-- Data extract follows --

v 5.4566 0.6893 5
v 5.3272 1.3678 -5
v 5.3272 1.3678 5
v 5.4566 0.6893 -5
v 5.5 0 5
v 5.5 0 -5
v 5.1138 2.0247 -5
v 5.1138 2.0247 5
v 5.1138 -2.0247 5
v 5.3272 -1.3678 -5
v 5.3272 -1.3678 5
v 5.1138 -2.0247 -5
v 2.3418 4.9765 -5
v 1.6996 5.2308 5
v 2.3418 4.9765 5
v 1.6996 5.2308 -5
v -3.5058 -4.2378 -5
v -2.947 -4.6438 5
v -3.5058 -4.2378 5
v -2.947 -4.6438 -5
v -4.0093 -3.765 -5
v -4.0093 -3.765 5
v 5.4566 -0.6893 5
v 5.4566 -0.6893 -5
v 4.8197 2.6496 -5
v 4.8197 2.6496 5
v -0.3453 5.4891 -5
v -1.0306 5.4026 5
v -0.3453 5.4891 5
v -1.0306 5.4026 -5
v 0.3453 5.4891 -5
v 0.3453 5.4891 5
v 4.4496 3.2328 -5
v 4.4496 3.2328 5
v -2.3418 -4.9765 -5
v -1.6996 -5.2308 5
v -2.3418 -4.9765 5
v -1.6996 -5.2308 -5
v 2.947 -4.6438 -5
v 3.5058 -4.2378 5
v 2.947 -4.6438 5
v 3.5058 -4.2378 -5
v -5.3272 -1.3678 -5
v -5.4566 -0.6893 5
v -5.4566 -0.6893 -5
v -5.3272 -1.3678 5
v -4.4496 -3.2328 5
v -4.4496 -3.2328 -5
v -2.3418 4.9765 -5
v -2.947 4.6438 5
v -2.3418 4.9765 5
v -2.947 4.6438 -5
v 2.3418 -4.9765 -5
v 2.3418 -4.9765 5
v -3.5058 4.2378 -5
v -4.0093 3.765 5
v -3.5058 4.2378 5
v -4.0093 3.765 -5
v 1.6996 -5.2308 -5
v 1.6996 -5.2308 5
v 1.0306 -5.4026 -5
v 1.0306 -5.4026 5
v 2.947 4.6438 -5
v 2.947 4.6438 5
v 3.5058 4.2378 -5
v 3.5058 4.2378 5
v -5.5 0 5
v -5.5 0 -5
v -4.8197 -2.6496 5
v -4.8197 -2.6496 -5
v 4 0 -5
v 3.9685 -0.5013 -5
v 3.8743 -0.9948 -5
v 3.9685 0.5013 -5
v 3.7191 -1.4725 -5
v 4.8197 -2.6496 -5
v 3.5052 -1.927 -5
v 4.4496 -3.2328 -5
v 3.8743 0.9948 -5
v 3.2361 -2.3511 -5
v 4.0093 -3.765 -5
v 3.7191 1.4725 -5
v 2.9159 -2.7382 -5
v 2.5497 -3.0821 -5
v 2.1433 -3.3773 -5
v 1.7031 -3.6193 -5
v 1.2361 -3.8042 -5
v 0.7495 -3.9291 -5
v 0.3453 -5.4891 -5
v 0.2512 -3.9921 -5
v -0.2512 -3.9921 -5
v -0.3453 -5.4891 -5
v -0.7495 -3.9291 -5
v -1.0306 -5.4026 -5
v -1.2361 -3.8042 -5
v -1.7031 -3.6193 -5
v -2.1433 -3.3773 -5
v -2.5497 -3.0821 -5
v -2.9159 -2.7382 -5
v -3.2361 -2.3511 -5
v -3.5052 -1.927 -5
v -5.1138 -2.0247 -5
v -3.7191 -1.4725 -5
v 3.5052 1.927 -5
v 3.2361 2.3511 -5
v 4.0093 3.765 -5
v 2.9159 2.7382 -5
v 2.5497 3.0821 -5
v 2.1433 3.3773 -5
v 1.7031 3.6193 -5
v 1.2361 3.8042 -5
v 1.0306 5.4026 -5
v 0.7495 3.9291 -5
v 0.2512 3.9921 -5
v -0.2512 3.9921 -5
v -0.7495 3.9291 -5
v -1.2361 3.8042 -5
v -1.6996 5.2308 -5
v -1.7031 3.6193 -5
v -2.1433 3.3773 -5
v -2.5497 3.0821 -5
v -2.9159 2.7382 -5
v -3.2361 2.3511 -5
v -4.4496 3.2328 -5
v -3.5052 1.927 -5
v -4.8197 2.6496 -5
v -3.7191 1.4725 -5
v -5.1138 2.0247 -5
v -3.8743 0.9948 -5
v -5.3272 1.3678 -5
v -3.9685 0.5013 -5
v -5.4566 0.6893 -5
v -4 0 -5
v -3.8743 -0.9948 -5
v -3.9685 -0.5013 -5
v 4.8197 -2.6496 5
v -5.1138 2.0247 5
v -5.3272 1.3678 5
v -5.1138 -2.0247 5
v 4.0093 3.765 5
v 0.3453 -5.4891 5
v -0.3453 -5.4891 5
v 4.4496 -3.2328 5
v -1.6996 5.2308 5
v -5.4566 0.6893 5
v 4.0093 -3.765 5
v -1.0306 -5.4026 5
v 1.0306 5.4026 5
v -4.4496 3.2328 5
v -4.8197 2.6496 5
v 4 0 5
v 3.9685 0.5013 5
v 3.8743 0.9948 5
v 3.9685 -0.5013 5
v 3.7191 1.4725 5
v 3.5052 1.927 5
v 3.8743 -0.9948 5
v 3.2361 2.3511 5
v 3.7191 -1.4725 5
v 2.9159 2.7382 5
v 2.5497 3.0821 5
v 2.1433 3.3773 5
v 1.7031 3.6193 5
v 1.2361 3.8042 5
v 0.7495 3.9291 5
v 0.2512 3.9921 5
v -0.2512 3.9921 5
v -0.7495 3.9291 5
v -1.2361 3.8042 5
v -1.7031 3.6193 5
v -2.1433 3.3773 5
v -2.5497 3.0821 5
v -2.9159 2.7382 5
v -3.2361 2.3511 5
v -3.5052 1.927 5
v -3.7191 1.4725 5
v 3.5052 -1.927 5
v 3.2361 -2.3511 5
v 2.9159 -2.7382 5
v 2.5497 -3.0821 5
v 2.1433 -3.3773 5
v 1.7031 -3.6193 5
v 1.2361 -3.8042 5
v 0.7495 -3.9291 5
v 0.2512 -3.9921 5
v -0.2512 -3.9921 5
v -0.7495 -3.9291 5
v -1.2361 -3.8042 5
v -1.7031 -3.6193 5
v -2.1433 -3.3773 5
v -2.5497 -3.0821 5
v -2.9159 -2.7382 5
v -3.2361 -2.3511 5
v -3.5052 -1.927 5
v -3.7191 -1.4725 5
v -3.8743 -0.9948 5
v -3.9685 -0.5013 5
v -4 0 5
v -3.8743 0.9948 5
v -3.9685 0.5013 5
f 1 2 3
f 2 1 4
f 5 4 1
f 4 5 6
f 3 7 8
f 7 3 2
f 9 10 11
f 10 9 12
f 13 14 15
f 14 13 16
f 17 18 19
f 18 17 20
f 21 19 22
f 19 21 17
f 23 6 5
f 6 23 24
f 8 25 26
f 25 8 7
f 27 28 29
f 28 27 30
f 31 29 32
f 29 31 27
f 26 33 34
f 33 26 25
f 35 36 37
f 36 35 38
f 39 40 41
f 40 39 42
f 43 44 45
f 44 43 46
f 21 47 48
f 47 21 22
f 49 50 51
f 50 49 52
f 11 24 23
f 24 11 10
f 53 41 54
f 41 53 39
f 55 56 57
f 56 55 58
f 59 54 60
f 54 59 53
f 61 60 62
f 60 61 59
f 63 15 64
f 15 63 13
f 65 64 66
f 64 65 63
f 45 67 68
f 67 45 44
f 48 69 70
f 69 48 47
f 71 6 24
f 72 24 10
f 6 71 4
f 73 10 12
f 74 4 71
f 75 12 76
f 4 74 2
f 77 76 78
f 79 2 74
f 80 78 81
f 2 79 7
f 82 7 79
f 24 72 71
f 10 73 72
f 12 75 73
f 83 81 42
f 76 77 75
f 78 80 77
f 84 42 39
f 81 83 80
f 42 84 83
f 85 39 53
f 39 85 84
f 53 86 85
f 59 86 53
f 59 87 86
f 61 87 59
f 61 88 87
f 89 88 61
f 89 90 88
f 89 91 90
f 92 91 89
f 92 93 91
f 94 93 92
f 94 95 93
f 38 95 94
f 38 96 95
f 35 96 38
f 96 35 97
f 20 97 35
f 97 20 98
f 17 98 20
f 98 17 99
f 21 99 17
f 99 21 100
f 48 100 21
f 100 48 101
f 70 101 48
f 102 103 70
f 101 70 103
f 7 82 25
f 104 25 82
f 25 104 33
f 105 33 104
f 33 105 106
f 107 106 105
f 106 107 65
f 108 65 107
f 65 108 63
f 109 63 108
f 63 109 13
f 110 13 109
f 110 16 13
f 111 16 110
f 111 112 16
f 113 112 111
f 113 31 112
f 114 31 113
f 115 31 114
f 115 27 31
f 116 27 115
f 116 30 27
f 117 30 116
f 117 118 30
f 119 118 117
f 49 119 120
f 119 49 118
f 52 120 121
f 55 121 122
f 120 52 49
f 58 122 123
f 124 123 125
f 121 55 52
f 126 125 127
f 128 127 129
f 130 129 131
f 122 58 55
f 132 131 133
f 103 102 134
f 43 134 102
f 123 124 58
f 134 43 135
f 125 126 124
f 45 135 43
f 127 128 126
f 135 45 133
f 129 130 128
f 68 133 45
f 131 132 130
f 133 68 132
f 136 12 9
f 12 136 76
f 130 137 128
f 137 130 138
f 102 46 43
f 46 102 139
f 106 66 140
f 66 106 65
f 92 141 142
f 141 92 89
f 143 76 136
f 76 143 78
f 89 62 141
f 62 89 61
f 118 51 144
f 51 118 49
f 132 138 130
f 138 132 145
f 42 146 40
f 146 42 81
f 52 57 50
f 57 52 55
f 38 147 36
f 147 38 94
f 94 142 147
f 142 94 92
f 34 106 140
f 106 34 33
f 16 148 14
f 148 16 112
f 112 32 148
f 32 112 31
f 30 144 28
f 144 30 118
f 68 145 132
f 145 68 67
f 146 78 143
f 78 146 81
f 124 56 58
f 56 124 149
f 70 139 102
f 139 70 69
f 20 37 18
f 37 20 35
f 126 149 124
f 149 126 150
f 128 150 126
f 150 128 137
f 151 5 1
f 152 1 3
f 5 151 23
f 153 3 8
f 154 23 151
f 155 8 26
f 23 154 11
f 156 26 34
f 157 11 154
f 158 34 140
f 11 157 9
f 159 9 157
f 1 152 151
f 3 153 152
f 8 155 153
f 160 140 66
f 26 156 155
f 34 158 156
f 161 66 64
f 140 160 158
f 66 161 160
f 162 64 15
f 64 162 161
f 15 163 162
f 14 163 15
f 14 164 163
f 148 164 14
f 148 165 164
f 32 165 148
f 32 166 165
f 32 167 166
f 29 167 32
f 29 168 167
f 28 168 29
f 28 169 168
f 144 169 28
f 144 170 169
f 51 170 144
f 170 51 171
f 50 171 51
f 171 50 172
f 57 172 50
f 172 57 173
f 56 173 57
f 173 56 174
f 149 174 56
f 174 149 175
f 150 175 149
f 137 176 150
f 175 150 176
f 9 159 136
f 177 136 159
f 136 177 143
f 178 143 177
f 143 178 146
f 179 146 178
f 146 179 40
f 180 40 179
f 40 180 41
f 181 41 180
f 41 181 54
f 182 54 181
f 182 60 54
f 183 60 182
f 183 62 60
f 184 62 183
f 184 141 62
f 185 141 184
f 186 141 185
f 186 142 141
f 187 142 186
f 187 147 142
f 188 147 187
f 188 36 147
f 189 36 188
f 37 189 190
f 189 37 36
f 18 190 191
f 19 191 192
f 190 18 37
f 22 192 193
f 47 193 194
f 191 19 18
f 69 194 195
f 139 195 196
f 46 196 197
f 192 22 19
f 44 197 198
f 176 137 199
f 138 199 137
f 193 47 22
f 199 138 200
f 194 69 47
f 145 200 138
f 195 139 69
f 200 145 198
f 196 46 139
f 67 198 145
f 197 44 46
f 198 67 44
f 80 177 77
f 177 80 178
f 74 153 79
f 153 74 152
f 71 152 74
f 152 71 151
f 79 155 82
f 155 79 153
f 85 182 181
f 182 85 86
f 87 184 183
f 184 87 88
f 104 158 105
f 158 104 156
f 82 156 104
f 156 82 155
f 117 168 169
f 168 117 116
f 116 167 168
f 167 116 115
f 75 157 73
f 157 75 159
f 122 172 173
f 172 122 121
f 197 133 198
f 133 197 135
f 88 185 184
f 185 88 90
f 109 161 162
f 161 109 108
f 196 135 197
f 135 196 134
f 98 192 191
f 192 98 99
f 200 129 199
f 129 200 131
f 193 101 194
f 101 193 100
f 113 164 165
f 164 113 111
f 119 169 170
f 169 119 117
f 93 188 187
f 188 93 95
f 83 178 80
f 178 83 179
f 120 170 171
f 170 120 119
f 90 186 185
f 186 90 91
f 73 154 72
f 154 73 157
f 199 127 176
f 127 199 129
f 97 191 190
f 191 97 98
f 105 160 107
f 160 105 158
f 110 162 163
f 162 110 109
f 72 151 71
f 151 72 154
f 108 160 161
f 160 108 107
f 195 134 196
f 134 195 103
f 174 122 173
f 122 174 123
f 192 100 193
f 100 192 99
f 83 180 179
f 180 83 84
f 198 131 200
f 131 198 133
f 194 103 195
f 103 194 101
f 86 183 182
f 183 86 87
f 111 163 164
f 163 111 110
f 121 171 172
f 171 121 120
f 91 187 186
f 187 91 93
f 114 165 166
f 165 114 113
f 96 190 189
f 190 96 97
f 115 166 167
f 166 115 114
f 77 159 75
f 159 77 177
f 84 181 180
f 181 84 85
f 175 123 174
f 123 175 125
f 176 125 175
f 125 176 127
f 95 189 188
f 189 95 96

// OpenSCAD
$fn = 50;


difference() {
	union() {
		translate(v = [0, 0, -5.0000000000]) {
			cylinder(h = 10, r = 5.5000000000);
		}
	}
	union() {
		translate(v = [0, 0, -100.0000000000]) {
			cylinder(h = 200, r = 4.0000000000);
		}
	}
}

-- Data extract concluded --
-- Data extract follows --

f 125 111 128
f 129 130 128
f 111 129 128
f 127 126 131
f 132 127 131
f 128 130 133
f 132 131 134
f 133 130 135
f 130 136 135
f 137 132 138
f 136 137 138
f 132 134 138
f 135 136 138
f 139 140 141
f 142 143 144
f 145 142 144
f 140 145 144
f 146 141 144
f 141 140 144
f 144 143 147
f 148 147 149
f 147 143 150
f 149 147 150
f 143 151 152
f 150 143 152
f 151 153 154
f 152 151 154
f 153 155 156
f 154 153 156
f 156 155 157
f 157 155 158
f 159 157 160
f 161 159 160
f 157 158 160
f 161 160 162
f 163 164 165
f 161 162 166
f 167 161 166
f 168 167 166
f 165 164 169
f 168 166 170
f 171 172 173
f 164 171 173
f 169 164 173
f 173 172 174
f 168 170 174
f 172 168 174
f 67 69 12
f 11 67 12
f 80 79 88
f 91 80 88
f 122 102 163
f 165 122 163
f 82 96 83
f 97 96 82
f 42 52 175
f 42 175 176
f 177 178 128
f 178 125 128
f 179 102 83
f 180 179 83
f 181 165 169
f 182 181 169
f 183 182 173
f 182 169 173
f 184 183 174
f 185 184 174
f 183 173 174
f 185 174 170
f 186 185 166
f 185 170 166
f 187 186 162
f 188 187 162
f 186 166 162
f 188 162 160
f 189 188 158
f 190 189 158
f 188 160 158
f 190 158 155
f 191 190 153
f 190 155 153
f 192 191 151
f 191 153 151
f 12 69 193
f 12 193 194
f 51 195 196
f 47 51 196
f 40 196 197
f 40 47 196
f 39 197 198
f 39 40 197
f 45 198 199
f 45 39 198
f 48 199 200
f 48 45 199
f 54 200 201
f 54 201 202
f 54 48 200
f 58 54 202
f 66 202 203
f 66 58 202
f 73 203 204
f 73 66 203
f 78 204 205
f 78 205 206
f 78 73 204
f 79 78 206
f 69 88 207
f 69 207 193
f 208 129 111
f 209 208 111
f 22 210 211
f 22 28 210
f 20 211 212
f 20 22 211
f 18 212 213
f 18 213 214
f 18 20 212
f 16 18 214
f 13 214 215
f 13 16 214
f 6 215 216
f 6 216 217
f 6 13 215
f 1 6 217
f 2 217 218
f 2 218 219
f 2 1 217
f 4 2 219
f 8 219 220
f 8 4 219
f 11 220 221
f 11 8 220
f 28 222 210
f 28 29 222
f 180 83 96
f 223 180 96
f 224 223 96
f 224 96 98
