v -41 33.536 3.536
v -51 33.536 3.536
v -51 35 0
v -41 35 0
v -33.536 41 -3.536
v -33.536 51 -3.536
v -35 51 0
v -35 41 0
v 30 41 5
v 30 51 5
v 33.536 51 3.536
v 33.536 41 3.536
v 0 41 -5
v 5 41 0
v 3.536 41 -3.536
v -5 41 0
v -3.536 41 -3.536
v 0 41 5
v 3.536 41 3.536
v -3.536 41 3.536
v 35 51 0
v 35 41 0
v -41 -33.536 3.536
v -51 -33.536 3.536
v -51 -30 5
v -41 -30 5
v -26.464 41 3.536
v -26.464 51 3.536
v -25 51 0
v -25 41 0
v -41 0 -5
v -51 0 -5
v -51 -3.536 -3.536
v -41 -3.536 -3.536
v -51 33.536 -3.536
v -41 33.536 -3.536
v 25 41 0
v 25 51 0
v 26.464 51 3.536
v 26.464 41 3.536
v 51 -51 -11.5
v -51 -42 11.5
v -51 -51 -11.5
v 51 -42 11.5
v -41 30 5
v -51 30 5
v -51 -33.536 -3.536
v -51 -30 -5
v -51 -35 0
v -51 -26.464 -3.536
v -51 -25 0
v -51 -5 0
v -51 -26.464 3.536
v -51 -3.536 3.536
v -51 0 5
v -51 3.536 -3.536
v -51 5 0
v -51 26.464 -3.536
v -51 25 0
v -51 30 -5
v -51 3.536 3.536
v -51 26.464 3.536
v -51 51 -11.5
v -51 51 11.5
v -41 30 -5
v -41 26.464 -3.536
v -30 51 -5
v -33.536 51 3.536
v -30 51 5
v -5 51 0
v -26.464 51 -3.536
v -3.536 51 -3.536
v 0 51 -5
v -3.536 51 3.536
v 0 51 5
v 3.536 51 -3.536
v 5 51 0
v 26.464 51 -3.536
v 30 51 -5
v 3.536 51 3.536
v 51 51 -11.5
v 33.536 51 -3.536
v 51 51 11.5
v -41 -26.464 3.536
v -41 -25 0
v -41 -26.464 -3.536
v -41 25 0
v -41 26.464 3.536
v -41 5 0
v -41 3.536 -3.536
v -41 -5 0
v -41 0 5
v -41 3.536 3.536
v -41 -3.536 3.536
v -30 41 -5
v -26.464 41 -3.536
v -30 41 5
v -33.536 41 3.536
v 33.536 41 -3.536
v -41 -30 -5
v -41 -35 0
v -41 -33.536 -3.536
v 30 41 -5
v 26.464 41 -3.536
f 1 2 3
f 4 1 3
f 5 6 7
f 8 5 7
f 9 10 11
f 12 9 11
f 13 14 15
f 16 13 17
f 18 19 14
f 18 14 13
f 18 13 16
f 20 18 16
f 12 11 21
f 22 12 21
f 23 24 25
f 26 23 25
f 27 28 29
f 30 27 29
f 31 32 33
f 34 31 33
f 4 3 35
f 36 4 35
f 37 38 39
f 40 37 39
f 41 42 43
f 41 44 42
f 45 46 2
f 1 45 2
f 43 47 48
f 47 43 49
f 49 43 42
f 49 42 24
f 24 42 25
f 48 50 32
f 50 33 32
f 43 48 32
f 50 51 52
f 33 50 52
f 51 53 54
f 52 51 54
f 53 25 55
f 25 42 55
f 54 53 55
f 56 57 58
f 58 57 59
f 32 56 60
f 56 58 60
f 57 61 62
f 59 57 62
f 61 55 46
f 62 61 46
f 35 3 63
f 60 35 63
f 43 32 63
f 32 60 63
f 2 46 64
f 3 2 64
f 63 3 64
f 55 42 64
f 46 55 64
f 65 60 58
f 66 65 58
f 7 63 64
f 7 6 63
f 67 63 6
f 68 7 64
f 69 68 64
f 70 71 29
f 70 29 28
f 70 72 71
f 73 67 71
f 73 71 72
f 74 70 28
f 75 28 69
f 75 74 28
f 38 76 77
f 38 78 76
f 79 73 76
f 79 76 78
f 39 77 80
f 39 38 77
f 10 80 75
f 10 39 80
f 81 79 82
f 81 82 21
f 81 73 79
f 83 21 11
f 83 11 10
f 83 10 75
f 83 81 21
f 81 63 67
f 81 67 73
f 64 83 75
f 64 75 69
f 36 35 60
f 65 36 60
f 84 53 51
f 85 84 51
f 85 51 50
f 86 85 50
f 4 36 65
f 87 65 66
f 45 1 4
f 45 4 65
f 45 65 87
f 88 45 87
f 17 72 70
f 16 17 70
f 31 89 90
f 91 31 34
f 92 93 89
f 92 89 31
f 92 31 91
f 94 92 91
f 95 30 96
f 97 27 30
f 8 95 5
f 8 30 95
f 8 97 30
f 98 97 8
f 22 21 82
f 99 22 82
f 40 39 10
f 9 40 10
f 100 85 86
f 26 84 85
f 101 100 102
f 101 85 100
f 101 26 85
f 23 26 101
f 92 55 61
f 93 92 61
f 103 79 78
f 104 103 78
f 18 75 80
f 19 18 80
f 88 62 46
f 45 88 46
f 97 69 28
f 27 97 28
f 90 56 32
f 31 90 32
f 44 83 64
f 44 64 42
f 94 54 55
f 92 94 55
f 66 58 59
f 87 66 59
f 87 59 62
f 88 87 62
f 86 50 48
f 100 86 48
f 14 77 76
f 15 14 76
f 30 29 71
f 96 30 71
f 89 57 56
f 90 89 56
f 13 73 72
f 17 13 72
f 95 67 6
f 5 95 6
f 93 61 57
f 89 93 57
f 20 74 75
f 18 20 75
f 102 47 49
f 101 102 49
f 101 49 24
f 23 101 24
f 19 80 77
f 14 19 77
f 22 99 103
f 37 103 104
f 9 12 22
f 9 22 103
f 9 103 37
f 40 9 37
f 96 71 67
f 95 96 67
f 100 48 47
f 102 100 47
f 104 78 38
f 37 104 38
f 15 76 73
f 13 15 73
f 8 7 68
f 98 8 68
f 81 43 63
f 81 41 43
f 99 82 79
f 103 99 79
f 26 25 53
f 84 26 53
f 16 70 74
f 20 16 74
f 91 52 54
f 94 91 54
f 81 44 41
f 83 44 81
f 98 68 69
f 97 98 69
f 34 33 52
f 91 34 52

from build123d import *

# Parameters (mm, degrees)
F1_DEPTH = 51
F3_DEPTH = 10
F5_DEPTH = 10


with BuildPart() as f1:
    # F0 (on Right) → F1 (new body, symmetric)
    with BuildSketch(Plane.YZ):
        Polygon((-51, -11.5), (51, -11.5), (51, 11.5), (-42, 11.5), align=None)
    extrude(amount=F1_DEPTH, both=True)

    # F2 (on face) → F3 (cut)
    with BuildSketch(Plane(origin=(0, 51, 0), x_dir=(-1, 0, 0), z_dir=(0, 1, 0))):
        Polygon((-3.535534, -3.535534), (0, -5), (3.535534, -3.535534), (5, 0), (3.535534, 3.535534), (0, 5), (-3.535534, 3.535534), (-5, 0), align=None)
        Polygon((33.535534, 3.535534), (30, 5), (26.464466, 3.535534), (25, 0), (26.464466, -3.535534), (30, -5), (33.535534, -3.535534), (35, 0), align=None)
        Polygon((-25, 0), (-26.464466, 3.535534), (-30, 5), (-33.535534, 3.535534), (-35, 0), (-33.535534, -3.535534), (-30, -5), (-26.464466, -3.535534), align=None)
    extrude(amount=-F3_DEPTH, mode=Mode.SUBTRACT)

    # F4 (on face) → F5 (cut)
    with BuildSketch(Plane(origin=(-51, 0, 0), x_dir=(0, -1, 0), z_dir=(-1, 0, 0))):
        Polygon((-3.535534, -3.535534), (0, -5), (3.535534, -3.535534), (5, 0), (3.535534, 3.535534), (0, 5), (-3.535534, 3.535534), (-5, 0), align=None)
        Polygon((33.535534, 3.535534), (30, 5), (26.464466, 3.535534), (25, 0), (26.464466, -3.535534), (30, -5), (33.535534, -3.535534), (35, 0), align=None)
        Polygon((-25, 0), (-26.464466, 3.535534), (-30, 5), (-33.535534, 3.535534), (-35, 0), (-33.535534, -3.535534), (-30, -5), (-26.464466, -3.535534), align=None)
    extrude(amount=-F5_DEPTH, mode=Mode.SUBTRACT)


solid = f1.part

-- Data extract concluded --

### Required action
Above are the entries. Copy exactly the part that opens with the line containing "f 208 129 111" and closes with the line containing "f 11 220 221", and no more.

### Task answer
f 208 129 111
f 209 208 111
f 22 210 211
f 22 28 210
f 20 211 212
f 20 22 211
f 18 212 213
f 18 213 214
f 18 20 212
f 16 18 214
f 13 214 215
f 13 16 214
f 6 215 216
f 6 216 217
f 6 13 215
f 1 6 217
f 2 217 218
f 2 218 219
f 2 1 217
f 4 2 219
f 8 219 220
f 8 4 219
f 11 220 221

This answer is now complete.